_What is expected_.
Once you reach the line containing "f 195 47 22" in the entries below, write out that line and each one after it down to the line containing "f 170 124 123", exactly and with nothing added.

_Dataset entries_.
-------

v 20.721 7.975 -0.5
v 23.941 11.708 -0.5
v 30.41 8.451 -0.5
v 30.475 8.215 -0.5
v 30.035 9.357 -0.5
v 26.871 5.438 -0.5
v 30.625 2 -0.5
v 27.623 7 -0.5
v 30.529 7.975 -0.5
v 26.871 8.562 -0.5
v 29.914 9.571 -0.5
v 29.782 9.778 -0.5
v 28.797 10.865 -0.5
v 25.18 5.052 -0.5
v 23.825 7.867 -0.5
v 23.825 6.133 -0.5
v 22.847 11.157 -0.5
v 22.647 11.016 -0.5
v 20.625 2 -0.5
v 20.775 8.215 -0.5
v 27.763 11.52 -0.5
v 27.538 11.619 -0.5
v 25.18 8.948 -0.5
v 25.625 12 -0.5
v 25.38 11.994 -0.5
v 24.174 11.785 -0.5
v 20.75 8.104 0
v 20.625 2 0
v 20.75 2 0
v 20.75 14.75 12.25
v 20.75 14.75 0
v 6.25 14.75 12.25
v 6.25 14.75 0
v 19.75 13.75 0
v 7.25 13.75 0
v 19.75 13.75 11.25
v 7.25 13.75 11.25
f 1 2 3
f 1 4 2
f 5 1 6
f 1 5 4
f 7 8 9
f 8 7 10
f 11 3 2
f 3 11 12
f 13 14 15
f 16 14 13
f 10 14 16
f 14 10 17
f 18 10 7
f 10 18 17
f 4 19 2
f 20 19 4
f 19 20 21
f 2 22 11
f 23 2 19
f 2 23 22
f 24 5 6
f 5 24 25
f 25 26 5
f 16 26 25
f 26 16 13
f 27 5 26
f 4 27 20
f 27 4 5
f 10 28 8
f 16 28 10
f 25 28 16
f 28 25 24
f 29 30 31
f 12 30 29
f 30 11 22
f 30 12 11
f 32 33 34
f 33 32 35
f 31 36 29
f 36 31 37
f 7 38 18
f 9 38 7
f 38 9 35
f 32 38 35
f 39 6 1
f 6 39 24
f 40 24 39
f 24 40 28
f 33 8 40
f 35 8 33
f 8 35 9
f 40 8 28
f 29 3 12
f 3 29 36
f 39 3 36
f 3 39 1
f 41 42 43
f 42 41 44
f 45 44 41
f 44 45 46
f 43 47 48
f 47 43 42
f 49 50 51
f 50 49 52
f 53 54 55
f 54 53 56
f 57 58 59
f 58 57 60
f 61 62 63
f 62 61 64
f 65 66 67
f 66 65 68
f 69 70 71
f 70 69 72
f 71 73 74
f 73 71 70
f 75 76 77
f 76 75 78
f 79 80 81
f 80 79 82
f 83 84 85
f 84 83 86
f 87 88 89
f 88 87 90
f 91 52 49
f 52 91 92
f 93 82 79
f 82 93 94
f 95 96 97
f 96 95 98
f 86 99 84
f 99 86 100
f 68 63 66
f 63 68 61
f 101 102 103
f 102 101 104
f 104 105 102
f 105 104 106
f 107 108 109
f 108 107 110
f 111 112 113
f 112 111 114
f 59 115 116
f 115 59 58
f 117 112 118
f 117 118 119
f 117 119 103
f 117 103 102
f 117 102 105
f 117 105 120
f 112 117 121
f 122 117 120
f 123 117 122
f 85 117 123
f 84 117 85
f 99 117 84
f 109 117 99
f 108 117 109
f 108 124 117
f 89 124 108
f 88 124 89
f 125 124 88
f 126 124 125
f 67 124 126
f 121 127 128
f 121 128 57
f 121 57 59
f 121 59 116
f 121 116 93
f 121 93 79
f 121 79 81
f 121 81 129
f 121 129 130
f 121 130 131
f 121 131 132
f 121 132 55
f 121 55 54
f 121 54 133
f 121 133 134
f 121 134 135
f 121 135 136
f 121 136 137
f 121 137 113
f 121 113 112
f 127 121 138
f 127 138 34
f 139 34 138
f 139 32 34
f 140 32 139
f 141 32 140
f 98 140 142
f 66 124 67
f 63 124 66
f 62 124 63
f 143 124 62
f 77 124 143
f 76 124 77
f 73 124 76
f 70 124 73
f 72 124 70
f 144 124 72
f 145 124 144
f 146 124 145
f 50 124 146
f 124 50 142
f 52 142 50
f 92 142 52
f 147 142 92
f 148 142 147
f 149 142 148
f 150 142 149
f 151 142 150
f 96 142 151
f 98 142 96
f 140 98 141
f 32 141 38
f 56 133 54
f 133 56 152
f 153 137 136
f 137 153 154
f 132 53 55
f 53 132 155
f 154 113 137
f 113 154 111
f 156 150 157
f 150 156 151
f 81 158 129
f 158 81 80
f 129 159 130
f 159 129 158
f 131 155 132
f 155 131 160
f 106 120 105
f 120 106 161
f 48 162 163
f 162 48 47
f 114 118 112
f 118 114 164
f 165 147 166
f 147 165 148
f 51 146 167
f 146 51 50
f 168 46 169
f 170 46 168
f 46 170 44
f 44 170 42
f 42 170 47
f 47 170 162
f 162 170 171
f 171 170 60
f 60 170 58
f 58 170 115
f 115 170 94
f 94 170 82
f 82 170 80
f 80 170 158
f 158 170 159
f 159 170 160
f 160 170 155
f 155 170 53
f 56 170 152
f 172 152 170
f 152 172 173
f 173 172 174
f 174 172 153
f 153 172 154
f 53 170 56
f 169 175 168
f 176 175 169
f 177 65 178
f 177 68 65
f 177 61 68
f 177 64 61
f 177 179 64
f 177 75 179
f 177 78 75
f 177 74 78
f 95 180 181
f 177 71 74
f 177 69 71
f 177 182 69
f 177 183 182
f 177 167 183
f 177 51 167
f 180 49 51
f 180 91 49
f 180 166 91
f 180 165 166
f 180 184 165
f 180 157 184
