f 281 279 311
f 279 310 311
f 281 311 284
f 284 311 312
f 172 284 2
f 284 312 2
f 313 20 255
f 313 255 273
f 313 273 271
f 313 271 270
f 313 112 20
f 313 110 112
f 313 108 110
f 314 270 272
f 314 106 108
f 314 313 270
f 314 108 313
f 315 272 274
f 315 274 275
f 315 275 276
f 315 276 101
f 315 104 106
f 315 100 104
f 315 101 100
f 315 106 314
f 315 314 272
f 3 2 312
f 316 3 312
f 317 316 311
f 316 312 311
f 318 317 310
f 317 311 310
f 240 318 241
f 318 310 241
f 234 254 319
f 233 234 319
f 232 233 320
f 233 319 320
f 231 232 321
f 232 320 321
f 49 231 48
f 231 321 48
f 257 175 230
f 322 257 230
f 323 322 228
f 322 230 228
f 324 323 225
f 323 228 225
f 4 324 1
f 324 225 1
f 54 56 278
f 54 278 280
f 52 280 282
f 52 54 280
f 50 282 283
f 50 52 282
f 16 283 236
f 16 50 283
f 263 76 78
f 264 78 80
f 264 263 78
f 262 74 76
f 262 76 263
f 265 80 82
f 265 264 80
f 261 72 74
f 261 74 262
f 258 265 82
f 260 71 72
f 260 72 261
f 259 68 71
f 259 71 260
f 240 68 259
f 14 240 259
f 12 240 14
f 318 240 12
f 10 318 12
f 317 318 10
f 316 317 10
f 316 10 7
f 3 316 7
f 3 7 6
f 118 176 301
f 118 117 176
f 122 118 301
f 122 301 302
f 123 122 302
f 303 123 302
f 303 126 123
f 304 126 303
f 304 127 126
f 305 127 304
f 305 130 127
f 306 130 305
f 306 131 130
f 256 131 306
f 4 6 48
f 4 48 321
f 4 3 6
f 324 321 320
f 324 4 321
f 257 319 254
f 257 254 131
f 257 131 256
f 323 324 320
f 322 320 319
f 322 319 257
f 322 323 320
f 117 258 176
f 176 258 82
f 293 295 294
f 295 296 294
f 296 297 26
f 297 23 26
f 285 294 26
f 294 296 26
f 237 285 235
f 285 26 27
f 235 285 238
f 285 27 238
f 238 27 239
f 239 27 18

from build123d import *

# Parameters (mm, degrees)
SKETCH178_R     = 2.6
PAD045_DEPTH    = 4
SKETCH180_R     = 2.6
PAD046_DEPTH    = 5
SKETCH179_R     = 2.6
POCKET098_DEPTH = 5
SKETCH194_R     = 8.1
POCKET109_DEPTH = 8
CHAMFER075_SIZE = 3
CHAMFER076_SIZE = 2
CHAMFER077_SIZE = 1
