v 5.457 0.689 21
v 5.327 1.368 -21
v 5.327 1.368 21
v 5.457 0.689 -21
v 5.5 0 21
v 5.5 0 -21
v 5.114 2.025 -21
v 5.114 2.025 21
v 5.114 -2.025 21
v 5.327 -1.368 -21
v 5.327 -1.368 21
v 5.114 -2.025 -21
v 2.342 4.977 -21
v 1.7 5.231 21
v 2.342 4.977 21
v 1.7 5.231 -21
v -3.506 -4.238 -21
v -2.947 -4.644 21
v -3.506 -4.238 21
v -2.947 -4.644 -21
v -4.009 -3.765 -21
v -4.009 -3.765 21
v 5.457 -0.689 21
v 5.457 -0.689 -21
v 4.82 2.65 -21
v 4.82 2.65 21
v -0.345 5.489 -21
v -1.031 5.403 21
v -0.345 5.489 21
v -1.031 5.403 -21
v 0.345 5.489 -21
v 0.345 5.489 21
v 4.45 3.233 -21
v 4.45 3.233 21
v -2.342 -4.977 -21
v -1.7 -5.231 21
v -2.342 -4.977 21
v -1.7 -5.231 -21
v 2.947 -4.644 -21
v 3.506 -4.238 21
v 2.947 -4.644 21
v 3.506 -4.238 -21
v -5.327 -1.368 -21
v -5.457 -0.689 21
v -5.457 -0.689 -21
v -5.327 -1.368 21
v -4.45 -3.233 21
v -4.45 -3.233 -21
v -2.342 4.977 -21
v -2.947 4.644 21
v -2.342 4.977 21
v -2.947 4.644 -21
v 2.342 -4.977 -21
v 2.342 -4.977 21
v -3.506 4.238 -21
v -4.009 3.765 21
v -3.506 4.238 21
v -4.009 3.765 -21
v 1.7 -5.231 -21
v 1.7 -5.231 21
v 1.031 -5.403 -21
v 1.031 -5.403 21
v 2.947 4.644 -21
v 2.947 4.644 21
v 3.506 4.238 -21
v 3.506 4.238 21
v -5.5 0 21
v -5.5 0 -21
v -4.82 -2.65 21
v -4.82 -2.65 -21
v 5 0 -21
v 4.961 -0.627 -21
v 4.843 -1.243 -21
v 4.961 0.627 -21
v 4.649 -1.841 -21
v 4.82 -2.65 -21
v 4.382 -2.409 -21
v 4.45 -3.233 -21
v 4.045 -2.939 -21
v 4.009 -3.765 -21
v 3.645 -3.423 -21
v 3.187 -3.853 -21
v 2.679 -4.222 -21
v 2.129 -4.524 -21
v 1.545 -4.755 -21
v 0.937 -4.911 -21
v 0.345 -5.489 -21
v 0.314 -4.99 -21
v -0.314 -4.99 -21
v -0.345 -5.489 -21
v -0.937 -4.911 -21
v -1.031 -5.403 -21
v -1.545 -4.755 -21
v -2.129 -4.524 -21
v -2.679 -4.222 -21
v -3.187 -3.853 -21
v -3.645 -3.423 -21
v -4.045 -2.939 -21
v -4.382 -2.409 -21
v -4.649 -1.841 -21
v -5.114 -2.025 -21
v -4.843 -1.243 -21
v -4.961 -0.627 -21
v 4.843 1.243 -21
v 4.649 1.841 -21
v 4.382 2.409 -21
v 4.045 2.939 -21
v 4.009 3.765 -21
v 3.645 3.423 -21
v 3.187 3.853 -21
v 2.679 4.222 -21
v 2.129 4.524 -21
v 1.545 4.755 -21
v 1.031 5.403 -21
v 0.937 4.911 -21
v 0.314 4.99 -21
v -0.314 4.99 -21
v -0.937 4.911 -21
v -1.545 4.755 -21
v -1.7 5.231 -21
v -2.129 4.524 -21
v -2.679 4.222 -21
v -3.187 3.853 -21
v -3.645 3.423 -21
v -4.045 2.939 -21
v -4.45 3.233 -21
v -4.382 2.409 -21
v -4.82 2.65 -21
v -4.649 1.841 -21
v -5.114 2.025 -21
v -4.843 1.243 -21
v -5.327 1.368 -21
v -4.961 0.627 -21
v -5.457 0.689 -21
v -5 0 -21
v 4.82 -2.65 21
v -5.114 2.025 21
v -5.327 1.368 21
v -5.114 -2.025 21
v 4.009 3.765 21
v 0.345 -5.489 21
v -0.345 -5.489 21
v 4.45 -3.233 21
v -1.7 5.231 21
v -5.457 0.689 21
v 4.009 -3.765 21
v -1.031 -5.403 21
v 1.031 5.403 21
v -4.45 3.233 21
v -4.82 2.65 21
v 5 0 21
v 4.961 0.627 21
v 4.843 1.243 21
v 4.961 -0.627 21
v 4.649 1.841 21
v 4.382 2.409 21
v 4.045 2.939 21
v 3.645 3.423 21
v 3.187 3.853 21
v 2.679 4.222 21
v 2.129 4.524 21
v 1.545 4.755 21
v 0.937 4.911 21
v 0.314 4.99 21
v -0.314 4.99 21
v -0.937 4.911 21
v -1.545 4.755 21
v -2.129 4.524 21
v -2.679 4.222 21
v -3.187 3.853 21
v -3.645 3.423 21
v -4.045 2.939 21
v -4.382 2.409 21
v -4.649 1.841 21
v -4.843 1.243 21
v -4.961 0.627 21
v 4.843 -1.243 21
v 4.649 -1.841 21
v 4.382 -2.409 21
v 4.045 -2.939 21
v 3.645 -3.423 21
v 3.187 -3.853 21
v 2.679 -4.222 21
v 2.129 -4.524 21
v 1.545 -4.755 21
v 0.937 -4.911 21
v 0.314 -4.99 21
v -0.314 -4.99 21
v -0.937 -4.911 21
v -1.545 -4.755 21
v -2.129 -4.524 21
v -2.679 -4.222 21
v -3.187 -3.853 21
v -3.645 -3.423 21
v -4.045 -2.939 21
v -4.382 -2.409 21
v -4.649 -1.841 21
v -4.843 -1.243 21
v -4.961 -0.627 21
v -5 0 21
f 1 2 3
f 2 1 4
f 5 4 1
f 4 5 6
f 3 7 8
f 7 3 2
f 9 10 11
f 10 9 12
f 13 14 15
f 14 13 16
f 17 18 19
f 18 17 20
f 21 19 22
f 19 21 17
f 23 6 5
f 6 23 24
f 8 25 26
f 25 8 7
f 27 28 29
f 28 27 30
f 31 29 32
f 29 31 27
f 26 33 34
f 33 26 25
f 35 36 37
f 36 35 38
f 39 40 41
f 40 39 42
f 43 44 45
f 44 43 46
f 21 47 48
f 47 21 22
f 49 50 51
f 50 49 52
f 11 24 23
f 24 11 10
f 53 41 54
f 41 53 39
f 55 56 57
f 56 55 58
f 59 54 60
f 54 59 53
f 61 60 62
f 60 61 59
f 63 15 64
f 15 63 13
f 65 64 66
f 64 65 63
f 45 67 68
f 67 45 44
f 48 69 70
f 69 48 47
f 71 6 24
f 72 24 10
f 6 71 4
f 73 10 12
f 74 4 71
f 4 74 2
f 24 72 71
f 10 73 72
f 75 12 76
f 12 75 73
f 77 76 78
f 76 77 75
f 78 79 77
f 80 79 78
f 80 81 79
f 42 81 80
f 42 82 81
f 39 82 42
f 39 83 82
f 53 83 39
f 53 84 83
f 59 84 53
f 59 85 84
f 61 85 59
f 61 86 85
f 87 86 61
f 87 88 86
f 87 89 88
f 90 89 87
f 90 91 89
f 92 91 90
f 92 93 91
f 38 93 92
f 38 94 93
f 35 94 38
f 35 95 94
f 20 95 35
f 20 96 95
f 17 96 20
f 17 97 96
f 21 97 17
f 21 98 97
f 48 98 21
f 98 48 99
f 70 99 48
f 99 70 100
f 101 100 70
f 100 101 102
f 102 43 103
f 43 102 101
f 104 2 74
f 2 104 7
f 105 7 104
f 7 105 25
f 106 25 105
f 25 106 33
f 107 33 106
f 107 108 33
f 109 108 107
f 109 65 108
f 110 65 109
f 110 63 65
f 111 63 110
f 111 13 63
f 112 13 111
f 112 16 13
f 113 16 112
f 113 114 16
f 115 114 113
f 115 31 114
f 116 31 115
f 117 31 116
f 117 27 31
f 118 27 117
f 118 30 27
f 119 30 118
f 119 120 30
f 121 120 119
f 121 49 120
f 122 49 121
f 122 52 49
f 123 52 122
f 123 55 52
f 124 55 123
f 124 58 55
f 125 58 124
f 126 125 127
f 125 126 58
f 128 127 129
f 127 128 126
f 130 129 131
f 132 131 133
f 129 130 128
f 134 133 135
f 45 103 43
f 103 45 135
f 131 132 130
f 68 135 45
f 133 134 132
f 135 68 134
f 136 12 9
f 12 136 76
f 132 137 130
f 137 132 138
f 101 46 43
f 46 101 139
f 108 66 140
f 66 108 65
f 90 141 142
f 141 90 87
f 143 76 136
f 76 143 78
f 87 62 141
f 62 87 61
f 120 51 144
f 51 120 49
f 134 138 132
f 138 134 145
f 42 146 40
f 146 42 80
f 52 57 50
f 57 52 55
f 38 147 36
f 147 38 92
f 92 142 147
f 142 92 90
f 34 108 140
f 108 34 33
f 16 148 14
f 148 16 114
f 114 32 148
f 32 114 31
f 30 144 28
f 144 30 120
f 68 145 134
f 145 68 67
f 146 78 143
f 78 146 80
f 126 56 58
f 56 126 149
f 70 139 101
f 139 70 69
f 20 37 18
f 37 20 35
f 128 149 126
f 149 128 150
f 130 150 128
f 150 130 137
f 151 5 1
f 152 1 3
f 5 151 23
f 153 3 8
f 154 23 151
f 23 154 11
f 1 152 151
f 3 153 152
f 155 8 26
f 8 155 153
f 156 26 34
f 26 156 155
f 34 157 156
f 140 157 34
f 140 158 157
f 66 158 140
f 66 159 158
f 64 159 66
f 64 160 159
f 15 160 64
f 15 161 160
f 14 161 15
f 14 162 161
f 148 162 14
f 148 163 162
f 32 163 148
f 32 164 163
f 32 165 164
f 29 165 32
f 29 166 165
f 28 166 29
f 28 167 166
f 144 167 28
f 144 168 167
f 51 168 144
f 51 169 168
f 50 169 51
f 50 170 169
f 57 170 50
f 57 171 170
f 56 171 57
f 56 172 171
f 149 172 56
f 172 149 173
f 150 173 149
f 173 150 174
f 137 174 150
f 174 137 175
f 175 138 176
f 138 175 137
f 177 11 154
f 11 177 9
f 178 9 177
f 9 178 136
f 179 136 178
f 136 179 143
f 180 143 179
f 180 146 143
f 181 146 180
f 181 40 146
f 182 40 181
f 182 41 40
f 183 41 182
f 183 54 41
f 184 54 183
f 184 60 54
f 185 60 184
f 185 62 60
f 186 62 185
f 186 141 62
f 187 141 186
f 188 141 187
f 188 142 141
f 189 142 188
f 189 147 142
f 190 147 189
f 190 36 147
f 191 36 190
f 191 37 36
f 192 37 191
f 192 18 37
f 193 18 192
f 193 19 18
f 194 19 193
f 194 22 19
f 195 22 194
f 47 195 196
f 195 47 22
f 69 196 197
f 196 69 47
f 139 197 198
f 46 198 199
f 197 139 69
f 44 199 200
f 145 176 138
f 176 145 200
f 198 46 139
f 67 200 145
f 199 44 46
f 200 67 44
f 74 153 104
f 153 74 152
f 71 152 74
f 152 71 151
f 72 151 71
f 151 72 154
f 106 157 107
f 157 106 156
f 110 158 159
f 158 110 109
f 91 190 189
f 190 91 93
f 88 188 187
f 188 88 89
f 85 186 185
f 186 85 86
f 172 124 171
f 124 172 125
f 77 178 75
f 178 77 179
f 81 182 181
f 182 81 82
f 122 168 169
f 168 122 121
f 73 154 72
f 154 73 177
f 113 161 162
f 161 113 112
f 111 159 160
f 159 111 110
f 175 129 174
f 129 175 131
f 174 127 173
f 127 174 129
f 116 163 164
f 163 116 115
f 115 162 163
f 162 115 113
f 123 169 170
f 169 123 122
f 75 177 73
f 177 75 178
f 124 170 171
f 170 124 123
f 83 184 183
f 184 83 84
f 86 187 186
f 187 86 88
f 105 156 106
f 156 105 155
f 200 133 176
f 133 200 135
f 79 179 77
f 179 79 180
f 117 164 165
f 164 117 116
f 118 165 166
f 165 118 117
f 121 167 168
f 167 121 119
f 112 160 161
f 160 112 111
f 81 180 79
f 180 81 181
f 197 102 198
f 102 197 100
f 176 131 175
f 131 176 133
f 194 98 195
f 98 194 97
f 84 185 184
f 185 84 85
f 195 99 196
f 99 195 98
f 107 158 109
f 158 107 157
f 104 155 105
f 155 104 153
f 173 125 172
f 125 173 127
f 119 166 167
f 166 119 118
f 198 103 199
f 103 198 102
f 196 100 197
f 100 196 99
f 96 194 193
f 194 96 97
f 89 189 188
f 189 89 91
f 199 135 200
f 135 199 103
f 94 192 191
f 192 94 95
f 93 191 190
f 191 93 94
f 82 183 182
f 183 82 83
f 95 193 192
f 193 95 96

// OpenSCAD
$fn = 50;


difference() {
	union() {
		translate(v = [0, 0, -21.0000000000]) {
			cylinder(h = 42, r = 5.5000000000);
		}
	}
	union() {
		translate(v = [0, 0, -100.0000000000]) {
			cylinder(h = 200, r = 5.0000000000);
		}
	}
}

-------

_Answer box_.
f 195 47 22
f 69 196 197
f 196 69 47
f 139 197 198
f 46 198 199
f 197 139 69
f 44 199 200
f 145 176 138
f 176 145 200
f 198 46 139
f 67 200 145
f 199 44 46
f 200 67 44
f 74 153 104
f 153 74 152
f 71 152 74
f 152 71 151
f 72 151 71
f 151 72 154
f 106 157 107
f 157 106 156
f 110 158 159
f 158 110 109
f 91 190 189
f 190 91 93
f 88 188 187
f 188 88 89
f 85 186 185
f 186 85 86
f 172 124 171
f 124 172 125
f 77 178 75
f 178 77 179
f 81 182 181
f 182 81 82
f 122 168 169
f 168 122 121
f 73 154 72
f 154 73 177
f 113 161 162
f 161 113 112
f 111 159 160
f 159 111 110
f 175 129 174
f 129 175 131
f 174 127 173
f 127 174 129
f 116 163 164
f 163 116 115
f 115 162 163
f 162 115 113
f 123 169 170
f 169 123 122
f 75 177 73
f 177 75 178
f 124 170 171
f 170 124 123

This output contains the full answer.